[Start of section]

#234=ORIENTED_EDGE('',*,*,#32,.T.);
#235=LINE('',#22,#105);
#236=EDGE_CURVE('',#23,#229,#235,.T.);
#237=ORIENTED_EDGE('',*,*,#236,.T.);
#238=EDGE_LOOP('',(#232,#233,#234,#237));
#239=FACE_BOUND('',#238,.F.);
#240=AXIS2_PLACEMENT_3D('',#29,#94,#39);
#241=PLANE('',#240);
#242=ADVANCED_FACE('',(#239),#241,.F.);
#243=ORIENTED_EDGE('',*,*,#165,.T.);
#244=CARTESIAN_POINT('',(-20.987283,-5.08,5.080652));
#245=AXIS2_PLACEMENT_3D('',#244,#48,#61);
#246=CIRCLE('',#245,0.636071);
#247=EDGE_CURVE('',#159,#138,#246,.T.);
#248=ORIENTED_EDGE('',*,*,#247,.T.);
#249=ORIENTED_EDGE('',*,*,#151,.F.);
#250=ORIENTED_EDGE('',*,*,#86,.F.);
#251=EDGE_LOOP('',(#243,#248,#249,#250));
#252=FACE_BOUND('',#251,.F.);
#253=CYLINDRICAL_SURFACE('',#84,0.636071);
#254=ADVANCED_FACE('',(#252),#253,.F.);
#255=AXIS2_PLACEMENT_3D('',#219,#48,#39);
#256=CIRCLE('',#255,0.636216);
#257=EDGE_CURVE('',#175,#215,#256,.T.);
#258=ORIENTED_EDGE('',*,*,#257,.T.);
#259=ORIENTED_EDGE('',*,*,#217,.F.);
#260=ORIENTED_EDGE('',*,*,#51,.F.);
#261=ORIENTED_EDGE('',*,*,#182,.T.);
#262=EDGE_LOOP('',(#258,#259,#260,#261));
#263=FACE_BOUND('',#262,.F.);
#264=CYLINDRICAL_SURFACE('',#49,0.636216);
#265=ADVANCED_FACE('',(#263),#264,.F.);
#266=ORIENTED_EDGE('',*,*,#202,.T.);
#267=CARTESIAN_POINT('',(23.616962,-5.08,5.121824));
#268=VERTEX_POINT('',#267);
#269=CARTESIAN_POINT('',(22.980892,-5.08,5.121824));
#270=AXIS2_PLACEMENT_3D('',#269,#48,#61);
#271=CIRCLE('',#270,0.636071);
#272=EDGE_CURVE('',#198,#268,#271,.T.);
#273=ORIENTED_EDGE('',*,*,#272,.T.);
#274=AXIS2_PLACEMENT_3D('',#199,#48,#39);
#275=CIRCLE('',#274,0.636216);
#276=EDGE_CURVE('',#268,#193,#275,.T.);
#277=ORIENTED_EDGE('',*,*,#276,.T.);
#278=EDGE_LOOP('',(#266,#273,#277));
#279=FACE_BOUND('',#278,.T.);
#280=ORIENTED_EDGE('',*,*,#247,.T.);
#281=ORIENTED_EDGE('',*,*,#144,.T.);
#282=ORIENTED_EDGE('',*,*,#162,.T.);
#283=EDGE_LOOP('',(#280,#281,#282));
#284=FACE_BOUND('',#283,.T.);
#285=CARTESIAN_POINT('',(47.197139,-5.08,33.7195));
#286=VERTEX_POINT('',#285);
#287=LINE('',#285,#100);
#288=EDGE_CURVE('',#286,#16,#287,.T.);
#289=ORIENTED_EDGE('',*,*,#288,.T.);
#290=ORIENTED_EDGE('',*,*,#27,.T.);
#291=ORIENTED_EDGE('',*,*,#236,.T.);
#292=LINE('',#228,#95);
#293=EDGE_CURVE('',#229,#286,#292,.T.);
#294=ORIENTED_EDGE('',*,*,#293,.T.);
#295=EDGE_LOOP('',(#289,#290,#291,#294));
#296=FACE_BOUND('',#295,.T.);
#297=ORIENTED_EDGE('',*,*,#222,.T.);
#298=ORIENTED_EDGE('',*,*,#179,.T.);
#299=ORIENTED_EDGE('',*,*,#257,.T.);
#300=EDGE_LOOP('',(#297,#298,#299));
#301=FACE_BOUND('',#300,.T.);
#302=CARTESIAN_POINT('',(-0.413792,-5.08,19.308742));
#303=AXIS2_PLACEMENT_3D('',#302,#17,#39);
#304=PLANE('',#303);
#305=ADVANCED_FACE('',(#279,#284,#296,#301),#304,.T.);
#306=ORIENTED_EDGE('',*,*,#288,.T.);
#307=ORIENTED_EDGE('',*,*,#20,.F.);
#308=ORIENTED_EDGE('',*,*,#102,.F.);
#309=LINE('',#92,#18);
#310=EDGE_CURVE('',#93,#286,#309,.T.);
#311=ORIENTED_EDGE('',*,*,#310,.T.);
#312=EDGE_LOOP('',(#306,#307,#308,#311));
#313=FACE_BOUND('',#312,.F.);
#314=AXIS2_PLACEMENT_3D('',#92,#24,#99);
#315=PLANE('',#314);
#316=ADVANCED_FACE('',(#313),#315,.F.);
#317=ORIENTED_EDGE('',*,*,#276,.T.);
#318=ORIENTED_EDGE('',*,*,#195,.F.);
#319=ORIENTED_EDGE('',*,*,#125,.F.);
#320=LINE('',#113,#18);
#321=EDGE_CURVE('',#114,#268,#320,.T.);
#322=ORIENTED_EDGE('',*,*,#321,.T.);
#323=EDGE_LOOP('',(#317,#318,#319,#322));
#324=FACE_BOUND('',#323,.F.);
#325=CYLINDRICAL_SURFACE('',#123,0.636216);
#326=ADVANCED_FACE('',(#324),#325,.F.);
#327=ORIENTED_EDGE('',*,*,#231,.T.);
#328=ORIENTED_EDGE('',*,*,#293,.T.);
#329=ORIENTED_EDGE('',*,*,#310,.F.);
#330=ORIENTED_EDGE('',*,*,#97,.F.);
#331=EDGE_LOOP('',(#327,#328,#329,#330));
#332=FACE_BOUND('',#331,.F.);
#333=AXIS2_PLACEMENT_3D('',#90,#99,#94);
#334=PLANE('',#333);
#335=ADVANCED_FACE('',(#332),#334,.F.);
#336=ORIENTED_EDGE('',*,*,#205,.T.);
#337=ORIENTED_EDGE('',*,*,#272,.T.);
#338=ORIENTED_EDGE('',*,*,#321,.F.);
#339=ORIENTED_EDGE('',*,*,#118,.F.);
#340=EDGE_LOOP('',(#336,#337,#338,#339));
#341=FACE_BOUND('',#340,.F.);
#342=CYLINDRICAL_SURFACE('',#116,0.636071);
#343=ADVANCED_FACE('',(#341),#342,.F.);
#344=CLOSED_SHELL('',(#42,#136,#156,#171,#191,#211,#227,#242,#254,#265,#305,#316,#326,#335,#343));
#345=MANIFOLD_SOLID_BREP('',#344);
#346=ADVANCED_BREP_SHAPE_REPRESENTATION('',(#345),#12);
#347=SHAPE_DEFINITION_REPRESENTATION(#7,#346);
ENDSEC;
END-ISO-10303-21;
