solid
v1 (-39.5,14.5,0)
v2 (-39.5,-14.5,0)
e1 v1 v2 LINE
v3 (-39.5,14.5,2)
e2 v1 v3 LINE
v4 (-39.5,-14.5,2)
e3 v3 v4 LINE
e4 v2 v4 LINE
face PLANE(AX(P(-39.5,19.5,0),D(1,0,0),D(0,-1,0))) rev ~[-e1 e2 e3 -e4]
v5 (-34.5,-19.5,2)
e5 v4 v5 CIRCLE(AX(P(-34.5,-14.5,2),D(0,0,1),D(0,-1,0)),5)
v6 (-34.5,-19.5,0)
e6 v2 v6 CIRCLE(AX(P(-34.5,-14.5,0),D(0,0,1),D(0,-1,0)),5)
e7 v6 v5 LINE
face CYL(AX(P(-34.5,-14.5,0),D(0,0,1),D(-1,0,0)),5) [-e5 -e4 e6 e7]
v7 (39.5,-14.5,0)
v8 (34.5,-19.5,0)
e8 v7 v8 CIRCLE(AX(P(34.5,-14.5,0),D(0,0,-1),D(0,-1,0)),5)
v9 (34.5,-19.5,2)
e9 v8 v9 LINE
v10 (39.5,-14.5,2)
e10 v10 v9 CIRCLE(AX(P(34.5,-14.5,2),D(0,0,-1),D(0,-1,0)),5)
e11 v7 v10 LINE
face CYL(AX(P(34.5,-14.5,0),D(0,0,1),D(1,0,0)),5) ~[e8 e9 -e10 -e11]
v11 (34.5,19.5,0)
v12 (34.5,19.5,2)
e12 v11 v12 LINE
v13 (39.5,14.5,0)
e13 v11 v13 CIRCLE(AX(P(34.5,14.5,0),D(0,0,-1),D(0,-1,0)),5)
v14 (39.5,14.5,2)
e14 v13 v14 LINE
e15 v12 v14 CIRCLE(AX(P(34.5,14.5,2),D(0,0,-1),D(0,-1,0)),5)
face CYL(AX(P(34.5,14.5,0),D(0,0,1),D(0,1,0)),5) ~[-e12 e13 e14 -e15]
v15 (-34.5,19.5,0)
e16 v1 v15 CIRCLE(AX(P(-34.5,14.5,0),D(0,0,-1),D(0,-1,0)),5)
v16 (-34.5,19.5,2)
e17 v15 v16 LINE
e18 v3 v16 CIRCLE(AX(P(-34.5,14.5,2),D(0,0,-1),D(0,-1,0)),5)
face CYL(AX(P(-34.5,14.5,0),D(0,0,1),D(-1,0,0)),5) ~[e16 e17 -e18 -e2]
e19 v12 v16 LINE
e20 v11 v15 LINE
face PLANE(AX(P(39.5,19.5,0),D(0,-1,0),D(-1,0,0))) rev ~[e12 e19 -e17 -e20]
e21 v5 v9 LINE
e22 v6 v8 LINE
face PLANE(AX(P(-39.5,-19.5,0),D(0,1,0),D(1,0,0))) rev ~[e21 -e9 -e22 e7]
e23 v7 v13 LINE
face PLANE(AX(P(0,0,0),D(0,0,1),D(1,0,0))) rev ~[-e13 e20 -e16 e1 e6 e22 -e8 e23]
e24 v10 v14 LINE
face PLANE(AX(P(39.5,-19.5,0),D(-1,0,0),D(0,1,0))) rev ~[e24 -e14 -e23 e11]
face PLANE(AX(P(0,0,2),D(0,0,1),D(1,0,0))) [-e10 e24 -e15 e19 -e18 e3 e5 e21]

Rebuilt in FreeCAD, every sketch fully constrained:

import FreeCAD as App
import Part
import Sketcher
from FreeCAD import Vector
Q = App.Units.Quantity


def edges_at(feature, points):
    """Names of the edges that pass closest to the given points."""
    edges = feature.Shape.Edges
    near = lambda p: min(range(len(edges)), key=lambda i: edges[i].distToShape(Part.Vertex(*p))[0])
    return sorted({f"Edge{near(p) + 1}" for p in points})


def add_polygon(sketch, points):
    """Adds a closed chain of lines whose ends are joined by coincident constraints."""
    first, n = sketch.GeometryCount, len(points)
    for a, b in zip(points, points[1:] + points[:1]):
        sketch.addGeometry(Part.LineSegment(App.Vector(*a, 0), App.Vector(*b, 0)), False)
    for i in range(n):
        sketch.addConstraint(Sketcher.Constraint("Coincident", first + i, 2, first + (i + 1) % n, 1))

doc = App.newDocument("Part")
body = doc.addObject("PartDesign::Body", "Body")

sketch1 = doc.addObject("Sketcher::SketchObject", "Sketch")
body.addObject(sketch1)
sketch1.AttachmentSupport = (doc.XY_Plane, [""])
sketch1.MapMode = "FlatFace"
add_polygon(sketch1, [(-40, 20), (-40, -20), (40, -20), (40, 20)])
sketch1.addConstraint(Sketcher.Constraint("Vertical", 0))
sketch1.addConstraint(Sketcher.Constraint("Horizontal", 1))
sketch1.addConstraint(Sketcher.Constraint("Vertical", 2))
sketch1.addConstraint(Sketcher.Constraint("Horizontal", 3))
sketch1.addConstraint(Sketcher.Constraint("Symmetric", 0, 2, 2, 2, -1, 1))
sketch1.addConstraint(Sketcher.Constraint("DistanceX", 1, 1, 1, 2, Q("79 mm")))
sketch1.addConstraint(Sketcher.Constraint("DistanceY", 0, 2, 0, 1, Q("39 mm")))
pad1 = doc.addObject("PartDesign::Pad", "Pad")
body.addObject(pad1)
pad1.Profile = sketch1
pad1.Length = 2
doc.recompute()

fillet = doc.addObject("PartDesign::Fillet", "Fillet")
body.addObject(fillet)
fillet.Base = (pad1, edges_at(pad1, [
    (39.5, 19.5, 1),
    (-39.5, 19.5, 1),
    (39.5, -19.5, 1),
    (-39.5, -19.5, 1),
]))
fillet.Radius = 5

doc.recompute()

[End of section]

▶ **Assignment**
Starting at the line above that contains "#292=LINE('',#228,#95);", repeat each line exactly up to and including the line that contains "#343=ADVANCED_FACE('',(#341),#342,.F.);", and stop there.

▶ **Response area**
#292=LINE('',#228,#95);
#293=EDGE_CURVE('',#229,#286,#292,.T.);
#294=ORIENTED_EDGE('',*,*,#293,.T.);
#295=EDGE_LOOP('',(#289,#290,#291,#294));
#296=FACE_BOUND('',#295,.T.);
#297=ORIENTED_EDGE('',*,*,#222,.T.);
#298=ORIENTED_EDGE('',*,*,#179,.T.);
#299=ORIENTED_EDGE('',*,*,#257,.T.);
#300=EDGE_LOOP('',(#297,#298,#299));
#301=FACE_BOUND('',#300,.T.);
#302=CARTESIAN_POINT('',(-0.413792,-5.08,19.308742));
#303=AXIS2_PLACEMENT_3D('',#302,#17,#39);
#304=PLANE('',#303);
#305=ADVANCED_FACE('',(#279,#284,#296,#301),#304,.T.);
#306=ORIENTED_EDGE('',*,*,#288,.T.);
#307=ORIENTED_EDGE('',*,*,#20,.F.);
#308=ORIENTED_EDGE('',*,*,#102,.F.);
#309=LINE('',#92,#18);
#310=EDGE_CURVE('',#93,#286,#309,.T.);
#311=ORIENTED_EDGE('',*,*,#310,.T.);
#312=EDGE_LOOP('',(#306,#307,#308,#311));
#313=FACE_BOUND('',#312,.F.);
#314=AXIS2_PLACEMENT_3D('',#92,#24,#99);
#315=PLANE('',#314);
#316=ADVANCED_FACE('',(#313),#315,.F.);
#317=ORIENTED_EDGE('',*,*,#276,.T.);
#318=ORIENTED_EDGE('',*,*,#195,.F.);
#319=ORIENTED_EDGE('',*,*,#125,.F.);
#320=LINE('',#113,#18);
#321=EDGE_CURVE('',#114,#268,#320,.T.);
#322=ORIENTED_EDGE('',*,*,#321,.T.);
#323=EDGE_LOOP('',(#317,#318,#319,#322));
#324=FACE_BOUND('',#323,.F.);
#325=CYLINDRICAL_SURFACE('',#123,0.636216);
#326=ADVANCED_FACE('',(#324),#325,.F.);
#327=ORIENTED_EDGE('',*,*,#231,.T.);
#328=ORIENTED_EDGE('',*,*,#293,.T.);
#329=ORIENTED_EDGE('',*,*,#310,.F.);
#330=ORIENTED_EDGE('',*,*,#97,.F.);
#331=EDGE_LOOP('',(#327,#328,#329,#330));
#332=FACE_BOUND('',#331,.F.);
#333=AXIS2_PLACEMENT_3D('',#90,#99,#94);
#334=PLANE('',#333);
#335=ADVANCED_FACE('',(#332),#334,.F.);
#336=ORIENTED_EDGE('',*,*,#205,.T.);
#337=ORIENTED_EDGE('',*,*,#272,.T.);
#338=ORIENTED_EDGE('',*,*,#321,.F.);
#339=ORIENTED_EDGE('',*,*,#118,.F.);
#340=EDGE_LOOP('',(#336,#337,#338,#339));
#341=FACE_BOUND('',#340,.F.);
#342=CYLINDRICAL_SURFACE('',#116,0.636071);
#343=ADVANCED_FACE('',(#341),#342,.F.);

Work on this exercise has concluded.